Saved data entries:

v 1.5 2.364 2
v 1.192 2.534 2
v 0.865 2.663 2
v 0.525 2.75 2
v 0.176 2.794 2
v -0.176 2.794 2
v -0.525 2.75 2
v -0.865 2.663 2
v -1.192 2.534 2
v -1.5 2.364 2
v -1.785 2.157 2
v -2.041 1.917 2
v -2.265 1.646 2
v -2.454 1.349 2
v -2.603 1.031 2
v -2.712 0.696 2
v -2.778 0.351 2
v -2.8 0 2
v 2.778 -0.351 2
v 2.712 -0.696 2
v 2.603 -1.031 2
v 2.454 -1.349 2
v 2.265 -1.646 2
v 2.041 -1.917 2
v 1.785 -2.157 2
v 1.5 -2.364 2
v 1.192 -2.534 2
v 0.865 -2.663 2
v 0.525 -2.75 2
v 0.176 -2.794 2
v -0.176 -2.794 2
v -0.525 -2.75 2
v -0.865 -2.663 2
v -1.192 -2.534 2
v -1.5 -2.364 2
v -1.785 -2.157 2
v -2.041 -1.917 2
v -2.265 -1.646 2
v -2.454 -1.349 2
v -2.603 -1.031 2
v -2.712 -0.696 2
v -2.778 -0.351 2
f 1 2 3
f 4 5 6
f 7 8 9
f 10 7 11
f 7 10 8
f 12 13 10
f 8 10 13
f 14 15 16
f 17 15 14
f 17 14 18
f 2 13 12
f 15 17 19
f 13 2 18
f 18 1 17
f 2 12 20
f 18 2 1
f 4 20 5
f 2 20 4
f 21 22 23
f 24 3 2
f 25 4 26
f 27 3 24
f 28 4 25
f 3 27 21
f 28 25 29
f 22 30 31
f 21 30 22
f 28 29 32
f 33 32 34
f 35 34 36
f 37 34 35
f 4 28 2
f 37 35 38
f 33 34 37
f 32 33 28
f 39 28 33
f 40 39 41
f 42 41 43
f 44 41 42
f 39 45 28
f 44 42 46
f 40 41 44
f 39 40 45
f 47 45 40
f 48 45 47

...

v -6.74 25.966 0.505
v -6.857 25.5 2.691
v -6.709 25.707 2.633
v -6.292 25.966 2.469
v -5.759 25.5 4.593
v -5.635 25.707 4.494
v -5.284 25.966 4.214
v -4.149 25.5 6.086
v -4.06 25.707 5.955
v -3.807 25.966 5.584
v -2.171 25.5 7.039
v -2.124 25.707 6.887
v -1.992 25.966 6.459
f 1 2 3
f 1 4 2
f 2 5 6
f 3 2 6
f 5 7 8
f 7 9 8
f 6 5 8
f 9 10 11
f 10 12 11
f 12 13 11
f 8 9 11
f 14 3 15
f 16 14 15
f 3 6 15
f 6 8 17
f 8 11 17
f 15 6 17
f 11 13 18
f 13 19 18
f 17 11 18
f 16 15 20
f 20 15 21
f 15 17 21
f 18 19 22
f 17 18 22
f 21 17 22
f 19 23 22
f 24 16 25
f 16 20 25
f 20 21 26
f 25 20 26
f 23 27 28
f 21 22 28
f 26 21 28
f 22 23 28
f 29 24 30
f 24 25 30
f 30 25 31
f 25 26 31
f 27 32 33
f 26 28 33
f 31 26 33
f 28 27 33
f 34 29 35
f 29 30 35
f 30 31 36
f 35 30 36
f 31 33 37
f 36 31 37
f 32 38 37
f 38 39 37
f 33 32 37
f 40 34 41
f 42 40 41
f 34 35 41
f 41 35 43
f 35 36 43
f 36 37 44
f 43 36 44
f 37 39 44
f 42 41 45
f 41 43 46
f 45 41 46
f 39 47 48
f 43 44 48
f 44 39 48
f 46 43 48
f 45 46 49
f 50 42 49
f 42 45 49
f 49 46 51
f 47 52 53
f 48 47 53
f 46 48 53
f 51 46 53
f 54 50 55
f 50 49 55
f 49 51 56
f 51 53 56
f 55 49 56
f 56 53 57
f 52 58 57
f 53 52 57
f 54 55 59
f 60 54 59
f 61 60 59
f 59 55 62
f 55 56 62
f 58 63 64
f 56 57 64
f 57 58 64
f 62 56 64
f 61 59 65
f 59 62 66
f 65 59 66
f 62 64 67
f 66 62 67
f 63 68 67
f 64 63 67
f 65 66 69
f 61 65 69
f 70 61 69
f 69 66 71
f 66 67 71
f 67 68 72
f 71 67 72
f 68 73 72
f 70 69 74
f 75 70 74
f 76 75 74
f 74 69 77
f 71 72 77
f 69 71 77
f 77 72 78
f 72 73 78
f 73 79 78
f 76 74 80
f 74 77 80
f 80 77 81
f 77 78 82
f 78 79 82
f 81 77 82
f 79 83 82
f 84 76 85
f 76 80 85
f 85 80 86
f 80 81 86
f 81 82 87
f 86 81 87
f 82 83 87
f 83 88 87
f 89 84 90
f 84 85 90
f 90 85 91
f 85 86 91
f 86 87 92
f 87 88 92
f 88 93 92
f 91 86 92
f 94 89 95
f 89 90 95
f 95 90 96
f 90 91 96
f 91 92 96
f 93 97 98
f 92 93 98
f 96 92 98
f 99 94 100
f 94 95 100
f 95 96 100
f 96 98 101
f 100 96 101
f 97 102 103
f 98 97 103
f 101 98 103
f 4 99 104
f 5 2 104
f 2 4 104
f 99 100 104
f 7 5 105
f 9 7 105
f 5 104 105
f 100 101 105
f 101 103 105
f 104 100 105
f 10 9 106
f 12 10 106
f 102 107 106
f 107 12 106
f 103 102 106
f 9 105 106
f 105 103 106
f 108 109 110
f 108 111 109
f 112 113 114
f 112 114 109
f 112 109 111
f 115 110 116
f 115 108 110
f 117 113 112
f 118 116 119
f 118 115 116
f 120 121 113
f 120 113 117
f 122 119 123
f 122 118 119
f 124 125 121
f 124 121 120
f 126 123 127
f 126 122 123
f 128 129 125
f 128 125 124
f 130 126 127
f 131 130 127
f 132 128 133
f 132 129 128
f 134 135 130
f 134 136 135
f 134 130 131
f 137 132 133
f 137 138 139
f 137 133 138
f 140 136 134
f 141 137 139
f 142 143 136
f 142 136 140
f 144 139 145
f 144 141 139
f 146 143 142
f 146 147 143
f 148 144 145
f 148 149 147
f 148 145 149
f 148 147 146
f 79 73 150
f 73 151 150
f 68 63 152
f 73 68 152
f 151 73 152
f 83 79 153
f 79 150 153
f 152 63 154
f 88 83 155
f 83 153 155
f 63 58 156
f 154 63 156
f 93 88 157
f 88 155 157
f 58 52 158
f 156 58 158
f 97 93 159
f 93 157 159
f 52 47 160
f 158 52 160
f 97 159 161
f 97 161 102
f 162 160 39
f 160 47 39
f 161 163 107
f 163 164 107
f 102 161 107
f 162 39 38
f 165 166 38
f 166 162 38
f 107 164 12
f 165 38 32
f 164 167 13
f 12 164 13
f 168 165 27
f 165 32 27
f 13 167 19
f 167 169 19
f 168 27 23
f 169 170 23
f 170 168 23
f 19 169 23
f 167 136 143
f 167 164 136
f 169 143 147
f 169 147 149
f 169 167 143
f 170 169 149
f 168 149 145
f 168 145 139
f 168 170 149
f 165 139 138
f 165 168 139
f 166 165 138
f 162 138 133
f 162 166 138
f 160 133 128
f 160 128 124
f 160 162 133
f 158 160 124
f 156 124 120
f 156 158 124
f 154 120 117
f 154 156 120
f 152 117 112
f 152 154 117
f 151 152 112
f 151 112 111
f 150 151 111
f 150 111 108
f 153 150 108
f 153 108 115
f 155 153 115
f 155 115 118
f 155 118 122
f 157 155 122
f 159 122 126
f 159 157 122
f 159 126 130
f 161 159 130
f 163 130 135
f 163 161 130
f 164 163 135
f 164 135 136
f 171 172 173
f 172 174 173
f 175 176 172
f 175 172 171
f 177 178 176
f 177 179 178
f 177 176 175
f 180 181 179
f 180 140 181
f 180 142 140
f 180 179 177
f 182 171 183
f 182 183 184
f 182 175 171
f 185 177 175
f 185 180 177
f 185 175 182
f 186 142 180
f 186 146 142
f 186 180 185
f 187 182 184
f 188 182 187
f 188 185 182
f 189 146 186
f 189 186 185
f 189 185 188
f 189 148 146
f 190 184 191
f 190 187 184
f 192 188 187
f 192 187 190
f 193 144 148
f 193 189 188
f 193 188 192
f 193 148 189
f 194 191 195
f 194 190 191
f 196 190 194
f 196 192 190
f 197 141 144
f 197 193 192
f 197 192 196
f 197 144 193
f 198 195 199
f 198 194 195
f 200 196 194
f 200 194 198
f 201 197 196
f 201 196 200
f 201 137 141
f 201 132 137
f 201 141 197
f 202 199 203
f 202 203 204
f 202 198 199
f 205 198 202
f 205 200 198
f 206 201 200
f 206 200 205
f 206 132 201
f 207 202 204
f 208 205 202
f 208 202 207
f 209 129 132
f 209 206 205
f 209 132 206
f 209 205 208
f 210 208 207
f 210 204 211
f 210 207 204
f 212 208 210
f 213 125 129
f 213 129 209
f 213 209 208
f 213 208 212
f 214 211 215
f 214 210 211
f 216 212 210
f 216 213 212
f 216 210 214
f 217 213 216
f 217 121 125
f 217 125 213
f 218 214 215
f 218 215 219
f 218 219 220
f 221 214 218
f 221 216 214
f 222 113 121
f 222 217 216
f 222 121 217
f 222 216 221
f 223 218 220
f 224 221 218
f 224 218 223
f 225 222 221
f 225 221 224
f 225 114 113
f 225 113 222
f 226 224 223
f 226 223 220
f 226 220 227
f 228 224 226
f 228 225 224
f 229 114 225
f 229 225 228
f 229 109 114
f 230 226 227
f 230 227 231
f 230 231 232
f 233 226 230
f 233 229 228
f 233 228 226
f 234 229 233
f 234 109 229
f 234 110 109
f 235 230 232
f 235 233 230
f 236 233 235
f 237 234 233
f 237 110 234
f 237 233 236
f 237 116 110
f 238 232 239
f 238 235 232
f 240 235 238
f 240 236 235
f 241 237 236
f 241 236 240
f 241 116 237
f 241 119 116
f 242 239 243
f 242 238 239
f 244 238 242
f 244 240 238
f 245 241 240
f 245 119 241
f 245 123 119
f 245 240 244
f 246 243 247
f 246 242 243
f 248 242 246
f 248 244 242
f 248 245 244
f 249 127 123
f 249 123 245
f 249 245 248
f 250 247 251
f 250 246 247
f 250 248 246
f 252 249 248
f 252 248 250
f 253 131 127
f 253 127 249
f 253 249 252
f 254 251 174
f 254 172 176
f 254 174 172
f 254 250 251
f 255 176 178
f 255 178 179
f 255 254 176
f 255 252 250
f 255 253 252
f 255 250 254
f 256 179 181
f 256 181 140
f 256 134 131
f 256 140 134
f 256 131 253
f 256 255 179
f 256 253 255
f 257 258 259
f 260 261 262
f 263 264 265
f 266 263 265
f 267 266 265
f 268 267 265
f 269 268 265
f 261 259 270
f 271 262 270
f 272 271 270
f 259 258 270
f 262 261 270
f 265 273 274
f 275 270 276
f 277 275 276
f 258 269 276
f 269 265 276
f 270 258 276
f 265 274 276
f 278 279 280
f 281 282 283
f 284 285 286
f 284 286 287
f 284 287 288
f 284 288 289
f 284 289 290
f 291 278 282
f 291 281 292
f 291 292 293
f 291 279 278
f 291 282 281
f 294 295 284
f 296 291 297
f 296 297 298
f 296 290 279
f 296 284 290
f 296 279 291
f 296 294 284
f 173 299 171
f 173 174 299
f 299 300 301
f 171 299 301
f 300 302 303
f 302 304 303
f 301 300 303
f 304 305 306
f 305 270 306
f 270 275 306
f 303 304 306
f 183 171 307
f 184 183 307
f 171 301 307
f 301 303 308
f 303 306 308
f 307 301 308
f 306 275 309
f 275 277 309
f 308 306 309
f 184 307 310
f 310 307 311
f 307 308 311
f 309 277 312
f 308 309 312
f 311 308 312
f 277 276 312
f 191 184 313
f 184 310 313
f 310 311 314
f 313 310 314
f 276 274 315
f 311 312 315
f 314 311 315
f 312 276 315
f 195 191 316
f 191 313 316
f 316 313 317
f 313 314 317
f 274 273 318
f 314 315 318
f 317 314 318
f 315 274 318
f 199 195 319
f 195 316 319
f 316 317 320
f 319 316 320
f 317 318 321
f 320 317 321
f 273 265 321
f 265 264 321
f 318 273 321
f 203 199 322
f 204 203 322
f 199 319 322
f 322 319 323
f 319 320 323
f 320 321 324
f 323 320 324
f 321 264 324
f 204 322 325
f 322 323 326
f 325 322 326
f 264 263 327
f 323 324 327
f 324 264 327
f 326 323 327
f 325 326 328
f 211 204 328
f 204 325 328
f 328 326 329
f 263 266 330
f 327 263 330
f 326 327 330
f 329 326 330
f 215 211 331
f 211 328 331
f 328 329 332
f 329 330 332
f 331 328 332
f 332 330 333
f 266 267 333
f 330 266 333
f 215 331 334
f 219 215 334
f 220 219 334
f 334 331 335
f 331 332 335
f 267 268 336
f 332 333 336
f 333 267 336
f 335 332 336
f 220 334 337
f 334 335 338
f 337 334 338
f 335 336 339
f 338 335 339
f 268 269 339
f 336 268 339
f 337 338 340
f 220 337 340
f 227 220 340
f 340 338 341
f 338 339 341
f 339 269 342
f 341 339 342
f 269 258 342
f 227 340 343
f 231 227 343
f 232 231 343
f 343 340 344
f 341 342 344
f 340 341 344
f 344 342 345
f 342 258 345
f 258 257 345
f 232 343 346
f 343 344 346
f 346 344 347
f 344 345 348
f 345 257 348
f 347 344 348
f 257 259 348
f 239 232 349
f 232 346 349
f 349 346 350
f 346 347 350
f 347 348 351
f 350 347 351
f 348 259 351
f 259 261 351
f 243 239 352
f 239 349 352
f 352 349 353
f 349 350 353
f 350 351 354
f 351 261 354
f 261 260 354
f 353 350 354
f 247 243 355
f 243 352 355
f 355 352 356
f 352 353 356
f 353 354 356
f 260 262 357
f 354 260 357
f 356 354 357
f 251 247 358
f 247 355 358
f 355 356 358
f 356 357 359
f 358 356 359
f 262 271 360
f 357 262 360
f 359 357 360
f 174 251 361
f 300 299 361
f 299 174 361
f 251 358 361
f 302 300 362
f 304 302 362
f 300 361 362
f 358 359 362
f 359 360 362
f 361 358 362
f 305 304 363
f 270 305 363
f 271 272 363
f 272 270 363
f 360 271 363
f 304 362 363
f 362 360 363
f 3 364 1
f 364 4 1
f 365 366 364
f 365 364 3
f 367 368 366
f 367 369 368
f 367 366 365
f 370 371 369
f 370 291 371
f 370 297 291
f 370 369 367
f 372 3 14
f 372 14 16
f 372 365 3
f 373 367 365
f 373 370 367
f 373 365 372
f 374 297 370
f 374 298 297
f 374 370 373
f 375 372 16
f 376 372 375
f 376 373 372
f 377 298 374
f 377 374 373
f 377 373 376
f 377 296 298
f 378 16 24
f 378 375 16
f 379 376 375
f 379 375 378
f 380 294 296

WORK ORDER: When you reach the line holding "f 261 260 354" in the records above, begin reproducing exactly, stop after the line holding "f 380 294 296", and output nothing else.

RESULT FOR THIS EXERCISE:
f 261 260 354
f 353 350 354
f 247 243 355
f 243 352 355
f 355 352 356
f 352 353 356
f 353 354 356
f 260 262 357
f 354 260 357
f 356 354 357
f 251 247 358
f 247 355 358
f 355 356 358
f 356 357 359
f 358 356 359
f 262 271 360
f 357 262 360
f 359 357 360
f 174 251 361
f 300 299 361
f 299 174 361
f 251 358 361
f 302 300 362
f 304 302 362
f 300 361 362
f 358 359 362
f 359 360 362
f 361 358 362
f 305 304 363
f 270 305 363
f 271 272 363
f 272 270 363
f 360 271 363
f 304 362 363
f 362 360 363
f 3 364 1
f 364 4 1
f 365 366 364
f 365 364 3
f 367 368 366
f 367 369 368
f 367 366 365
f 370 371 369
f 370 291 371
f 370 297 291
f 370 369 367
f 372 3 14
f 372 14 16
f 372 365 3
f 373 367 365
f 373 370 367
f 373 365 372
f 374 297 370
f 374 298 297
f 374 370 373
f 375 372 16
f 376 372 375
f 376 373 372
f 377 298 374
f 377 374 373
f 377 373 376
f 377 296 298
f 378 16 24
f 378 375 16
f 379 376 375
f 379 375 378
f 380 294 296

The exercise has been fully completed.